*What you should do*:
Nothing but the lines from the start of the records below through the line that has "v 1.695 41 3.053" should appear, each exactly as given.

[Dataset items]
+===+

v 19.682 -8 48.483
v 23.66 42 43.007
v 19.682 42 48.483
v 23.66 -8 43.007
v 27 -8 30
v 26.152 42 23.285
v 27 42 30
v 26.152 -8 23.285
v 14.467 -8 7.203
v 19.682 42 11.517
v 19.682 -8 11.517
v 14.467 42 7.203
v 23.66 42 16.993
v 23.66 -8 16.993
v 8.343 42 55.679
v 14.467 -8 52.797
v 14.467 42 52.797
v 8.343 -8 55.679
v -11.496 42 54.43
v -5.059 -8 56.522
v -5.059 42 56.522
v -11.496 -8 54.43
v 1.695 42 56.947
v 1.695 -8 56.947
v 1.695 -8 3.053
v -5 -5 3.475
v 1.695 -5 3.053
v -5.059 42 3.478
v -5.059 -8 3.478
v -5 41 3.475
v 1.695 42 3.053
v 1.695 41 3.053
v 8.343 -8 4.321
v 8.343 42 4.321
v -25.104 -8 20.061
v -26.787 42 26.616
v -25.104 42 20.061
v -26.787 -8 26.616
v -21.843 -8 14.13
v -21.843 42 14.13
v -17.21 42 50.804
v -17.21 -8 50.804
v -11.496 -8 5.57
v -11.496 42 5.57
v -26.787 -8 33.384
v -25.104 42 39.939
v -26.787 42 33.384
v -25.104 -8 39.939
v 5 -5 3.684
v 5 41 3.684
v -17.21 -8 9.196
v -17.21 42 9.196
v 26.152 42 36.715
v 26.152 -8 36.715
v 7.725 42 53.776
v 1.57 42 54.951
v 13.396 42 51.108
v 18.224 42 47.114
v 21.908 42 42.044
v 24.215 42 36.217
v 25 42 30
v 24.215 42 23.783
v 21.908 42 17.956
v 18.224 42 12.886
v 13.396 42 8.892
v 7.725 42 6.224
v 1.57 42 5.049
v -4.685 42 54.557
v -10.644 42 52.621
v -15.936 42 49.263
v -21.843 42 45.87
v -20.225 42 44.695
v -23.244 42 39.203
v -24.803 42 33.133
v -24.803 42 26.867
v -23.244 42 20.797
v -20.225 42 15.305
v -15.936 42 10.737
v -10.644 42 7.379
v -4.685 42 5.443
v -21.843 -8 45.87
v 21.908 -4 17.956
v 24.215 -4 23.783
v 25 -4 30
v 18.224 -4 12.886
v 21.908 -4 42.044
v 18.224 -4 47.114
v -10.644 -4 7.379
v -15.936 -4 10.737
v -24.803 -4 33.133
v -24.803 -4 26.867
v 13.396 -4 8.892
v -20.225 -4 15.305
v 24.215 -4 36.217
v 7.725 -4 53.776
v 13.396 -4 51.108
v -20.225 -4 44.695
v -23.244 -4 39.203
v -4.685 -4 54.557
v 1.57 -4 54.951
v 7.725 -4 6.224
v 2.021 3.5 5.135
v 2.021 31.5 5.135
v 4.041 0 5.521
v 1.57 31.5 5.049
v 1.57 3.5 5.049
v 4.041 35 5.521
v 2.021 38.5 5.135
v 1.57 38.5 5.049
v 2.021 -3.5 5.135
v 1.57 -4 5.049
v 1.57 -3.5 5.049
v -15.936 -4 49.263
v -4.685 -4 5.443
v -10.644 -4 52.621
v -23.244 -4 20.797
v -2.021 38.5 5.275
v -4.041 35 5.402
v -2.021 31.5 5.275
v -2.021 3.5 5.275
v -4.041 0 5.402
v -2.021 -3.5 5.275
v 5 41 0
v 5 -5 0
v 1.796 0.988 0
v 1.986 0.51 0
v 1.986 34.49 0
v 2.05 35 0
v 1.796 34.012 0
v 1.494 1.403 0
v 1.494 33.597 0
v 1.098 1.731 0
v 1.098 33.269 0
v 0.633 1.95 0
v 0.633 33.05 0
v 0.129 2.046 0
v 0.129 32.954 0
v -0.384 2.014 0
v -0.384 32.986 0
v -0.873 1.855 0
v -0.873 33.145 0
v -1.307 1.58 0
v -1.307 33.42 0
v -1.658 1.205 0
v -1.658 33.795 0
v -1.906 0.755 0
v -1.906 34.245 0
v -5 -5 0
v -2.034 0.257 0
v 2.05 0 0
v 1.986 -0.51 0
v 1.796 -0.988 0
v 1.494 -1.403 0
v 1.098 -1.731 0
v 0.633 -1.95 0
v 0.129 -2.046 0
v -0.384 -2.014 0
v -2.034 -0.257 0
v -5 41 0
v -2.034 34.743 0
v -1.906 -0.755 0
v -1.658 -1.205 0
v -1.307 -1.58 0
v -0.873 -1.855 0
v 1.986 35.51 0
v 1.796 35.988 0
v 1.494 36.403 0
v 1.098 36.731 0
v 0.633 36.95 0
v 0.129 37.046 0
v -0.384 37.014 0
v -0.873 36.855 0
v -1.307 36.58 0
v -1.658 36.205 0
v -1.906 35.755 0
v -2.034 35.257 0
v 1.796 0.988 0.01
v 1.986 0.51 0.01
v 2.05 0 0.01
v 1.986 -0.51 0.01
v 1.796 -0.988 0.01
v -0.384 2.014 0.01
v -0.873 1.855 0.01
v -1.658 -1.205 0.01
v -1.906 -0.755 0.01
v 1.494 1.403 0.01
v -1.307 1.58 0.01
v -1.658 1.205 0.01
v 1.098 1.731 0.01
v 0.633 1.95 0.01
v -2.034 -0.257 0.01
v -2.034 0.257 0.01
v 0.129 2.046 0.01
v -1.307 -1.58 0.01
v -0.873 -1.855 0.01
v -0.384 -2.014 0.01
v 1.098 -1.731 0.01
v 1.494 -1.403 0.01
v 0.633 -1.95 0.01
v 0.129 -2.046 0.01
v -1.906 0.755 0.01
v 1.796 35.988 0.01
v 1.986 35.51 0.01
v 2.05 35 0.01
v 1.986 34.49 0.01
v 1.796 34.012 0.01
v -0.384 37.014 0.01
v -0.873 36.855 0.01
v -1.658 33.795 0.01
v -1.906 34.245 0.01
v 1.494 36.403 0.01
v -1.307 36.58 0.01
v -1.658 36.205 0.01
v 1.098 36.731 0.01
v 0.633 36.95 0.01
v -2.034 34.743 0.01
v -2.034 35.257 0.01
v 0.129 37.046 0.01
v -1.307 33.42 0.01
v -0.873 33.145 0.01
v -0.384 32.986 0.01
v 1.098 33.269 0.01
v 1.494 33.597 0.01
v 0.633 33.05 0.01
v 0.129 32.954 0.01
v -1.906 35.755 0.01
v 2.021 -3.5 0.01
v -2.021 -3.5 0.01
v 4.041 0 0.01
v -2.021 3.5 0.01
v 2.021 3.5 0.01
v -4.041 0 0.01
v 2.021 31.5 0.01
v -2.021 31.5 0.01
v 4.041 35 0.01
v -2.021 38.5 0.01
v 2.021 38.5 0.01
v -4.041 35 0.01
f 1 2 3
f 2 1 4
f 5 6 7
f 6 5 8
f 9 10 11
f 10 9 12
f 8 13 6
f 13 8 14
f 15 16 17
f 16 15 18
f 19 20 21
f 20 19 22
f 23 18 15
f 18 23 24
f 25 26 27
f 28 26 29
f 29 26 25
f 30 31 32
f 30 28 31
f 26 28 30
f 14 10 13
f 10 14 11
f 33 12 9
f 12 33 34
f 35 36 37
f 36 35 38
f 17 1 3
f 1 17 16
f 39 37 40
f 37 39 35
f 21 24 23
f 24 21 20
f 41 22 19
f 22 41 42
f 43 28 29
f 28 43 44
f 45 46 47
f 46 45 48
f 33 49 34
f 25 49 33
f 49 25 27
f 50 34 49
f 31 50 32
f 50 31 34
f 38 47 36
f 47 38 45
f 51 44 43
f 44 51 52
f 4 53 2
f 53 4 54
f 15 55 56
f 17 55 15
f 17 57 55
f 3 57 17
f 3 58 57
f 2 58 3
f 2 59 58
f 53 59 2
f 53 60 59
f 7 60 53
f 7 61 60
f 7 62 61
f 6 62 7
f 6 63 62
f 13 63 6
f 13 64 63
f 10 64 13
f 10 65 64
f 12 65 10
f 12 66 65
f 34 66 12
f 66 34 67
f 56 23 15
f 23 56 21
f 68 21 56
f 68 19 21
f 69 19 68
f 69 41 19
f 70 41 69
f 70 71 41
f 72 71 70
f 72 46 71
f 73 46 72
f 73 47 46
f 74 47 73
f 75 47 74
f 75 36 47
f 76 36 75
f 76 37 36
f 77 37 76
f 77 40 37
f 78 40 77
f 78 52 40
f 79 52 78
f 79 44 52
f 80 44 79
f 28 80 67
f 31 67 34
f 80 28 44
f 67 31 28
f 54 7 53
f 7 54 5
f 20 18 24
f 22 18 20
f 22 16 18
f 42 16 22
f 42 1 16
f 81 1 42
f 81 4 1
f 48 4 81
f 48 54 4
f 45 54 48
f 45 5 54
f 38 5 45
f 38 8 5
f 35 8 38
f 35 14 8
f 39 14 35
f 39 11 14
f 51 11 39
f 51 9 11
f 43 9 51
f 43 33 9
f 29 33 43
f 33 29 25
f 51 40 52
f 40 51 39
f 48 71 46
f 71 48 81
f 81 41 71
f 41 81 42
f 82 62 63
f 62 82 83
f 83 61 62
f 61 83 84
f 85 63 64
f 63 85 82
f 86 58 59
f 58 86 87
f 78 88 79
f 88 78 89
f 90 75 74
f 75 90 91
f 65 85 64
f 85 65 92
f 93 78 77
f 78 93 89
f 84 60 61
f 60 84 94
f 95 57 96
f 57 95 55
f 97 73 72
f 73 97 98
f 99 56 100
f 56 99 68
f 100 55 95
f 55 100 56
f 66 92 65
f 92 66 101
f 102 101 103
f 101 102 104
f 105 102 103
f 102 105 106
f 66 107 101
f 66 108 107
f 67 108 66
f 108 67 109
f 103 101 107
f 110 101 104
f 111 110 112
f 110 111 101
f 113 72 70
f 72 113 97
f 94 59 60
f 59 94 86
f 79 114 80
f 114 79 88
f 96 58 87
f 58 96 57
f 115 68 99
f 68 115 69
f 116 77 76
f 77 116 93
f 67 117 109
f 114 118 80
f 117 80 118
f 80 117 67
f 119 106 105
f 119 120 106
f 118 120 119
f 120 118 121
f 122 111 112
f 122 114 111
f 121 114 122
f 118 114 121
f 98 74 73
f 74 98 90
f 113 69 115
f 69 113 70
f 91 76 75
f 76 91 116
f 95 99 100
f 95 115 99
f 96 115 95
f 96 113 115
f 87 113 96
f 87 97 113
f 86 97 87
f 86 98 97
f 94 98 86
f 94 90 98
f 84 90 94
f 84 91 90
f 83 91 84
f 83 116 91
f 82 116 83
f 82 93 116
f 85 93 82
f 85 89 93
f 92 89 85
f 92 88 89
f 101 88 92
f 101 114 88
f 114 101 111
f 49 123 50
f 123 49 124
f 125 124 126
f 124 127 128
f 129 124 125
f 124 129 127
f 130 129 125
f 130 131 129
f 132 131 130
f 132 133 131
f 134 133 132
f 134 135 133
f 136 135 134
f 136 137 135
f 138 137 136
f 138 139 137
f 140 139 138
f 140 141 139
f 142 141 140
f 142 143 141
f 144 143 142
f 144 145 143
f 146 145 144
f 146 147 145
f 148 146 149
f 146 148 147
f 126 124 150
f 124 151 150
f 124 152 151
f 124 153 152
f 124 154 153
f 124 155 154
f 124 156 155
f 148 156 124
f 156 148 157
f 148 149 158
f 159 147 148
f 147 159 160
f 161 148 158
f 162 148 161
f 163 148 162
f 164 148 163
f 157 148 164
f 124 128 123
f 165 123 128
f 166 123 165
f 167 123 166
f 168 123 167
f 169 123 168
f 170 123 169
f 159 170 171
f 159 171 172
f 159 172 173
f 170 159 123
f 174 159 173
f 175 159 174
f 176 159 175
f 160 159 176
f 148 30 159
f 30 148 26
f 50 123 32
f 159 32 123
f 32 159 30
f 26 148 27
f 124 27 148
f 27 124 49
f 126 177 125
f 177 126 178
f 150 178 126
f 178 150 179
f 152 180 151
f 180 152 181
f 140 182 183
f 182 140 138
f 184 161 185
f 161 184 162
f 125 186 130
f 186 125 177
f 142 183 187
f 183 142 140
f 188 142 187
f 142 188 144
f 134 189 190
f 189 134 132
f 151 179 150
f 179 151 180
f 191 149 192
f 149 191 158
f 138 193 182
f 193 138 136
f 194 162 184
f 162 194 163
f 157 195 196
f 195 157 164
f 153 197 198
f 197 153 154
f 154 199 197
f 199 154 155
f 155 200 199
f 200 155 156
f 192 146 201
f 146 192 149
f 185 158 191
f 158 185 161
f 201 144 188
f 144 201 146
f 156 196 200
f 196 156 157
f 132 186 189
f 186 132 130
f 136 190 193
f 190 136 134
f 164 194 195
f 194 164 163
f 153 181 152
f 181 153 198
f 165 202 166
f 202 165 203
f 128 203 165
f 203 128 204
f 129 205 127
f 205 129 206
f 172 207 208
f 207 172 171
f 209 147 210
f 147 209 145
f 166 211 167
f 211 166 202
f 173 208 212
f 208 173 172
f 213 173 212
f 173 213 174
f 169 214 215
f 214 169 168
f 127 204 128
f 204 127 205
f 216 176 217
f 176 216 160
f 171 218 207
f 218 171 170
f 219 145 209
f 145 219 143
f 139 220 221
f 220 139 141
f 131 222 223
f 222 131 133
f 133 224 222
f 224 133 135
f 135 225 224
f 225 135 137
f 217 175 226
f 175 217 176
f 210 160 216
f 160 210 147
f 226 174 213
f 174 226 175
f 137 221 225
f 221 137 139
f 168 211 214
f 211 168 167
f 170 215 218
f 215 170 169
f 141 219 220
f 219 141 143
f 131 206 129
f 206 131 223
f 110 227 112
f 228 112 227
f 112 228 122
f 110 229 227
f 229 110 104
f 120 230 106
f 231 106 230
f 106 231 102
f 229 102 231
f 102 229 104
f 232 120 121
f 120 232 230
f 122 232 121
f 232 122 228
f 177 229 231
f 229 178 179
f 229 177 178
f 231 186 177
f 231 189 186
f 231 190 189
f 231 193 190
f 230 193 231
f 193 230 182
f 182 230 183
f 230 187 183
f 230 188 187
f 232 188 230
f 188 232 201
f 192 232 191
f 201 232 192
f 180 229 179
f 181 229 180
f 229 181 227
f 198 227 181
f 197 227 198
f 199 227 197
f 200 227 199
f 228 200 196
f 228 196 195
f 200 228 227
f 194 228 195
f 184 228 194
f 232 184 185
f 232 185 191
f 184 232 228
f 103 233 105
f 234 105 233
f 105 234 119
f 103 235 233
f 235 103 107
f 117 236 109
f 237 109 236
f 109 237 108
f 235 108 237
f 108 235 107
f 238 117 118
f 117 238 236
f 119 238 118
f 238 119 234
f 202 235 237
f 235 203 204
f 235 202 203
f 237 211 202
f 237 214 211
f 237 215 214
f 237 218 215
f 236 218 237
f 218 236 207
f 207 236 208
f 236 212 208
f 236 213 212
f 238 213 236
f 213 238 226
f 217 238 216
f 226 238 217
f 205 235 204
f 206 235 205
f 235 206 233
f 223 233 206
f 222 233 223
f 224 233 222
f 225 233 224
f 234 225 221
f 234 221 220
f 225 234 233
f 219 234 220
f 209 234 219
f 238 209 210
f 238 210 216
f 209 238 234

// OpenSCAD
// file: data-access.scad
// Norm Nuts and Bolts - a OpenSCAD library
// Copyright (C) 2012  Johannes Kneer

// This program is free software: you can redistribute it and/or modify
// it under the terms of the GNU General Public License as published by
// the Free Software Foundation, either version 3 of the License, or
// (at your option) any later version.

// This program is distributed in the hope that it will be useful,
// but WITHOUT ANY WARRANTY; without even the implied warranty of
// MERCHANTABILITY or FITNESS FOR A PARTICULAR PURPOSE.  See the
// GNU General Public License for more details.

// You should have received a copy of the GNU General Public License
// along with this program.  If not, see <http://www.gnu.org/licenses/>.


// DATABASE ACCESS FUNCTIONS AND CONSTANTS



// == CONSTANTS ==

// screw table access keys
_NB_S_DESC            = 0;
_NB_S_FAMKEY			    = 1;
_NB_S_LENGTH          = 2;
_NB_S_NOTHREAD_LENGTH = 3;

_NB_F_DESC			      = 0;
_NB_F_OUTER_DIA       = 1;
_NB_F_INNER_DIA       = 2;
_NB_F_LEAD            = 3;
_NB_F_KEY             = 4;
_NB_F_KEY_DEPTH       = 5;
_NB_F_HEAD_HEIGHT     = 6;
_NB_F_HEAD_DIA        = 7;
_NB_F_NUT_KEY         = 8;
_NB_F_NUT_HEIGHT      = 9;
_NB_F_PITCH_FINE      = 10;
_NB_F_PITCH_MEDIUM    = 11;
_NB_F_PITCH_COARSE    = 12;


// == FUNCTIONS ==

// _get_screw("descriptor")   with descriptor = M8x25
//   find the line for a general object in the data matrix

function _get_screw(n) = data_screw[search([n], data_screw)[0]];
function _get_screw_fam(n) = data_screw_fam[search([_get_screw(n)[_NB_S_FAMKEY]], data_screw_fam)[0]];

function _get_fam(n) = data_screw_fam[search([n], data_screw_fam)[0]];


// _get_XXXXX("descriptor") functions
// find a single property in the database

function _get_desc(n)        = _get_screw(n)[_NB_S_DESC];
function _get_famkey(n)         = _get_screw(n)[_NB_S_FAMKEY];
function _get_length(n)      = _get_screw(n)[_NB_S_LENGTH];
function _get_nt_length(n)   = _get_screw(n)[_NB_S_NOTHREAD_LENGTH];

+===+

*Final answer*:
v 19.682 -8 48.483
v 23.66 42 43.007
v 19.682 42 48.483
v 23.66 -8 43.007
v 27 -8 30
v 26.152 42 23.285
v 27 42 30
v 26.152 -8 23.285
v 14.467 -8 7.203
v 19.682 42 11.517
v 19.682 -8 11.517
v 14.467 42 7.203
v 23.66 42 16.993
v 23.66 -8 16.993
v 8.343 42 55.679
v 14.467 -8 52.797
v 14.467 42 52.797
v 8.343 -8 55.679
v -11.496 42 54.43
v -5.059 -8 56.522
v -5.059 42 56.522
v -11.496 -8 54.43
v 1.695 42 56.947
v 1.695 -8 56.947
v 1.695 -8 3.053
v -5 -5 3.475
v 1.695 -5 3.053
v -5.059 42 3.478
v -5.059 -8 3.478
v -5 41 3.475
v 1.695 42 3.053
v 1.695 41 3.053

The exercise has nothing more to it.